Michigan-Detroit

Reception Update & Advice needed

First of all, thank you to everyone who was so sweet & supportive last week.It's tougher than I could've imagined, but time is moving on with or without me I suppose.Eric & I have decided to forego the reception for 200 & take the BP (& dates), parents, grandparents, aunts & uncles to dinner after the ceremony.We are looking into some nice restaurants/steak houses that have private rooms this week.Our price pp pretty much doubles, but we lowered our count by 75% and will no longer need the decor, flowers, dj... etc.I feel much more at peace with this and we are doing all we can to make our day as un-overwhelming as possible, considering the circumstances.Advice: How do I do this with the invites? I am having them printed any day now. We still want to invite everyone to the ceremony & we realize some people may not understand. Do we just not include a reception card? Or do I need to include something to explain our decision...help!tia.
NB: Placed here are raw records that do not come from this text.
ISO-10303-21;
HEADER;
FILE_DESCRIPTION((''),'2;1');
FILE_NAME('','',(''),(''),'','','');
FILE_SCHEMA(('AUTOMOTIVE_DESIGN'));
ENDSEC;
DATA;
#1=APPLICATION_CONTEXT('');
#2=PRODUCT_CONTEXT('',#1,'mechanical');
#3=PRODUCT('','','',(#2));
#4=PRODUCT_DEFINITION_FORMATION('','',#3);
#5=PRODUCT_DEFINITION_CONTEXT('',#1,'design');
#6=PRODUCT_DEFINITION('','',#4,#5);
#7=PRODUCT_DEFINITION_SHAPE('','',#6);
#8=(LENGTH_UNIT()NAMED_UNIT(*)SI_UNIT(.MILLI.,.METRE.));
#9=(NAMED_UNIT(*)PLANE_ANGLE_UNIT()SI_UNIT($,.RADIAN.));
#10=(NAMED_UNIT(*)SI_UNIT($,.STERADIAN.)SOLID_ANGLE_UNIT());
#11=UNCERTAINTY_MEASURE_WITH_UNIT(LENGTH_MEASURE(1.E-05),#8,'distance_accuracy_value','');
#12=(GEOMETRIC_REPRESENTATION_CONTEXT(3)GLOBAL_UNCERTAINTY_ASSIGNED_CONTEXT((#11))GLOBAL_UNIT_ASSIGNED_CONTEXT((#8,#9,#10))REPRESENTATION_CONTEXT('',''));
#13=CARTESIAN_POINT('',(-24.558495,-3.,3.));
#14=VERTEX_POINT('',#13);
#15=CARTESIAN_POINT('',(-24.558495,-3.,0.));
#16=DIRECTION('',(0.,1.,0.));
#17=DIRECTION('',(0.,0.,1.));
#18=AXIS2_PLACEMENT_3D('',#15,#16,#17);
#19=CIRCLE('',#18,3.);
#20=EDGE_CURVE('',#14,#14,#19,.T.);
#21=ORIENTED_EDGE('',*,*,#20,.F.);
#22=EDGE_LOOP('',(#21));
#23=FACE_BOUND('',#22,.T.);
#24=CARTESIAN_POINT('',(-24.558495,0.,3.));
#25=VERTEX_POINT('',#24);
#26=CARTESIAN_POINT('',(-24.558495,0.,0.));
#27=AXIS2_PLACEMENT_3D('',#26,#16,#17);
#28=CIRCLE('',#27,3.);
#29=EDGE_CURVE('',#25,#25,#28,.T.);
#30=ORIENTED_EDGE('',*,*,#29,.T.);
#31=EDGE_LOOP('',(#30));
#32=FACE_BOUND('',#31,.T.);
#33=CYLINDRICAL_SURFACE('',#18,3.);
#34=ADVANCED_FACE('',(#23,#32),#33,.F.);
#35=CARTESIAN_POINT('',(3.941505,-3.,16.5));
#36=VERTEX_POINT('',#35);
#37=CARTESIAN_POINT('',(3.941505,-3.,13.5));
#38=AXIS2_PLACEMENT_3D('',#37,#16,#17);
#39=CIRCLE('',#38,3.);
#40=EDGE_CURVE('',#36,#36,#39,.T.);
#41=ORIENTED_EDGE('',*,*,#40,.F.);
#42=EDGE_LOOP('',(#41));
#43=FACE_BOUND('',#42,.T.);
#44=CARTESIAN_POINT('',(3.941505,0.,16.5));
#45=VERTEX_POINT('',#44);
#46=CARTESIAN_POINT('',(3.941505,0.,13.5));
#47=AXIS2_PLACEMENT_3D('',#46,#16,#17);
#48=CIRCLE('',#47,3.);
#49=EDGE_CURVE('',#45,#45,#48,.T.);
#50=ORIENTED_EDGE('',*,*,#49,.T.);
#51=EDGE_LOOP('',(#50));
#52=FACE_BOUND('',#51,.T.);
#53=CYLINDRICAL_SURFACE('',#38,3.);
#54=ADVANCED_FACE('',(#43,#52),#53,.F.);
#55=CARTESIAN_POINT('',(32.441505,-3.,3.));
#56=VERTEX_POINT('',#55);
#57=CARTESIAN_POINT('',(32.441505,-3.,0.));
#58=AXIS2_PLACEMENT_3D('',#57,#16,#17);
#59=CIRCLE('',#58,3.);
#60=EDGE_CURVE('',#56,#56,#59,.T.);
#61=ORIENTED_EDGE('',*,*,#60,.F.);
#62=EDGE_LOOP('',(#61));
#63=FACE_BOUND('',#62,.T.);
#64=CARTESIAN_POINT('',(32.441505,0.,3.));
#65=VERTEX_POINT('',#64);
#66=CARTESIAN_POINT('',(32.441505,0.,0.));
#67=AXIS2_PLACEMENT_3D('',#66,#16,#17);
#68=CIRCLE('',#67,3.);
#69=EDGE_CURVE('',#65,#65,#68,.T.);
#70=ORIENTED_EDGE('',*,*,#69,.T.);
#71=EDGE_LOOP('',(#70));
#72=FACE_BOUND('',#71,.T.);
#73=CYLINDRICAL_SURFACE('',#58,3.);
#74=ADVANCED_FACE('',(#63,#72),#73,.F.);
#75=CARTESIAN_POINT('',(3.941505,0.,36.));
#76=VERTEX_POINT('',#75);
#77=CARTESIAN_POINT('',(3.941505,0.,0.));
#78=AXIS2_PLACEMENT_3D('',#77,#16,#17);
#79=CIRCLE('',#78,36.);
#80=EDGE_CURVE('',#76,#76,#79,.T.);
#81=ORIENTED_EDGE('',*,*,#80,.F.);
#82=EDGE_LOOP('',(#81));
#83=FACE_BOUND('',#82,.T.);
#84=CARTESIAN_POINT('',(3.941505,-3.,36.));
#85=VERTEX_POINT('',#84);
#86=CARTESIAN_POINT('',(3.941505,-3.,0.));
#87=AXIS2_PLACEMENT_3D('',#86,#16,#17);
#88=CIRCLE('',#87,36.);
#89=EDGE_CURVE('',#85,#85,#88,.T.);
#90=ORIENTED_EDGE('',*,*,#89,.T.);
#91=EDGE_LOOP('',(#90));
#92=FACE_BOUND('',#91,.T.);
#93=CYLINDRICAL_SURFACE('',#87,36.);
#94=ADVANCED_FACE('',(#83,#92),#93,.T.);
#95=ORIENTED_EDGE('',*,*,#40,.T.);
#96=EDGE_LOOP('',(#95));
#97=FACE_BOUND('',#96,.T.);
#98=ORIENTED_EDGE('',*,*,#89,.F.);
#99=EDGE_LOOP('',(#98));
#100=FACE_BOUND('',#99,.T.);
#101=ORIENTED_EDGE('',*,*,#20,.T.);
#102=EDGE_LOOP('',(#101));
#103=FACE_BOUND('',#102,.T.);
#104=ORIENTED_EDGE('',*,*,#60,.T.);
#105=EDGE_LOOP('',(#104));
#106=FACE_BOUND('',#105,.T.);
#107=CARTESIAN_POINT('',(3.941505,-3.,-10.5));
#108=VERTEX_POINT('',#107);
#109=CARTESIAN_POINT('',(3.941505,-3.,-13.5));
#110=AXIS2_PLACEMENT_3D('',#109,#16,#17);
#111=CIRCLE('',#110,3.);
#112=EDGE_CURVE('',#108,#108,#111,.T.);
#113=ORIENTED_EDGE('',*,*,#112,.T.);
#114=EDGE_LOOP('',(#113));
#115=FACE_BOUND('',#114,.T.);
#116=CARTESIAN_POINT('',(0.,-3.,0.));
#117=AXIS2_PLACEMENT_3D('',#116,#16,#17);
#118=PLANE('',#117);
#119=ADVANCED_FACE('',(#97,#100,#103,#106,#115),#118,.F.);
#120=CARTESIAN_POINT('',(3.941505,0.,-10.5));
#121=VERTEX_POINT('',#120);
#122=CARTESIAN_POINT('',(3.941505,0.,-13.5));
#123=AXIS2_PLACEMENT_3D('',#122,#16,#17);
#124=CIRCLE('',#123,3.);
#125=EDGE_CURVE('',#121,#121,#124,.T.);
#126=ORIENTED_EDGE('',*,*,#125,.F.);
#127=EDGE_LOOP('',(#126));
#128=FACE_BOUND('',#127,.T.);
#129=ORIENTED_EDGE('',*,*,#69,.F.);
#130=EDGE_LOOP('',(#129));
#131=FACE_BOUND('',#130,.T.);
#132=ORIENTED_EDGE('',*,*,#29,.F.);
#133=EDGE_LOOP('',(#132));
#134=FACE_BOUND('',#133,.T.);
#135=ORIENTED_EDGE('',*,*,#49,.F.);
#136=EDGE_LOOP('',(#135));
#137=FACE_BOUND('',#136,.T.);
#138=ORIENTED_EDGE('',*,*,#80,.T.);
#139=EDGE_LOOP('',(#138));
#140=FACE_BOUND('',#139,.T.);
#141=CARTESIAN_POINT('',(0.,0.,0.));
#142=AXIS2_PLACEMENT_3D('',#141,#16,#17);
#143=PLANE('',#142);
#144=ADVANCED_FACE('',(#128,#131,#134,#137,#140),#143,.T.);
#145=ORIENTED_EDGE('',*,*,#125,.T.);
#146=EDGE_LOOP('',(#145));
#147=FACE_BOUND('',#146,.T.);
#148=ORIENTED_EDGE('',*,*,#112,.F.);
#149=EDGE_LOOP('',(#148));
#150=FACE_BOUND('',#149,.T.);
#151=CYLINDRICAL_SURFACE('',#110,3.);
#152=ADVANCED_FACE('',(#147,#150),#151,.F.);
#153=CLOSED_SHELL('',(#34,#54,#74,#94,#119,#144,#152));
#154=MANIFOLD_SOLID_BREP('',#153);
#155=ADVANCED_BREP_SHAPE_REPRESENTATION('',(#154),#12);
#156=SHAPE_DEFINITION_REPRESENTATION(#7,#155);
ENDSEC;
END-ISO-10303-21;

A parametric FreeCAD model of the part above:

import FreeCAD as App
import Part
import Sketcher

doc = App.newDocument("Part")
body = doc.addObject("PartDesign::Body", "Body")

# Sketch on XZ plane
sketch1 = body.newObject("Sketcher::SketchObject", "Sketch")
sketch1.AttachmentSupport = (doc.getObject("XZ_Plane"), [""])
sketch1.MapMode = "FlatFace"
sketch1.addGeometry([
    Part.Circle(App.Vector(3.9, 0, 0), App.Vector(0, 0, 1), 36),  # 0
    Part.Circle(App.Vector(3.9, -13.5, 0), App.Vector(0, 0, 1), 3),  # 1
    Part.Circle(App.Vector(-24.6, 0, 0), App.Vector(0, 0, 1), 3),  # 2
    Part.Circle(App.Vector(32.4, 0, 0), App.Vector(0, 0, 1), 3),  # 3
    Part.Circle(App.Vector(3.9, 13.5, 0), App.Vector(0, 0, 1), 3),  # 4
], False)
sketch1.addConstraint([
    Sketcher.Constraint("Equal", 1, 2),
    Sketcher.Constraint("Equal", 2, 3),
    Sketcher.Constraint("Equal", 3, 4),
    Sketcher.Constraint("Symmetric", 1, 3, 4, 3, -1),
    Sketcher.Constraint("PointOnObject", 0, 3, -1),
    Sketcher.Constraint("PointOnObject", 2, 3, -1),
    Sketcher.Constraint("PointOnObject", 3, 3, -1),
    Sketcher.Constraint("Vertical", 0, 3, 1, 3),
    Sketcher.Constraint("Diameter", 0, 72.0),
    Sketcher.Constraint("Diameter", 1, 6.0),
    Sketcher.Constraint("DistanceX", 2, 3, 3, 3, 57.0),
    Sketcher.Constraint("DistanceY", 1, 3, 4, 3, 27.0),
    Sketcher.Constraint("DistanceX", 2, 3, 0, 3, 28.5),
    Sketcher.Constraint("DistanceX", -1, 1, 0, 3, 3.941505),
])
pad1 = body.newObject("PartDesign::Pad", "Pad")
pad1.Profile = sketch1
pad1.Length = 3

doc.recompute()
Re: Reception Update & Advice needed

  • beersnobbeersnob member
    Eighth Anniversary 100 Comments
    edited December 2011
    I would just invite them to the ceremony and leave it at that. There is no rule saying you HAVE to have a reception. And do not feel the need to explain anything. I feel this could possibly cause more confusion with people. Just do a ceremony invite and let it be
  • eclipsethecateclipsethecat member
    100 Comments
    edited December 2011
    Im so glad you came back. I have been thinking of you often- I know right now you dont want to hear this/ cant fathom it, but it will get better. Your heart will heal it just takes time.Ok off of my "life goes on after trauma" speech that I too heard six million times.. :)I think what Becky suggested is fine. If people ask just have your FI explain that because of events you didnt feel a full blown party was appropriate. People will be fine with that explanation. On the plus side you wont have any crazy RSVP storys :) (I hope that made you laugh a little :) )
  • leeshab1982leeshab1982 member
    500 Comments
    edited December 2011
    I'm glad to hear you're doing what you're comfortable with.  I think an intimate dinner with the people you are closest with is a great idea.  I would just send a regular invite for the wedding ceremony to everyone and then include a dinner invite (like a reception card) for your close friends/family.  I don't think you need to include an explanation.  I'm sure that most people already know of your circumstances and I would hope they would all be understanding and not ask questions about it.  If you're worried about giving an explanation to people who may not know, maybe you could ask a few friends and family members to kind of spread the word, just by talking to people.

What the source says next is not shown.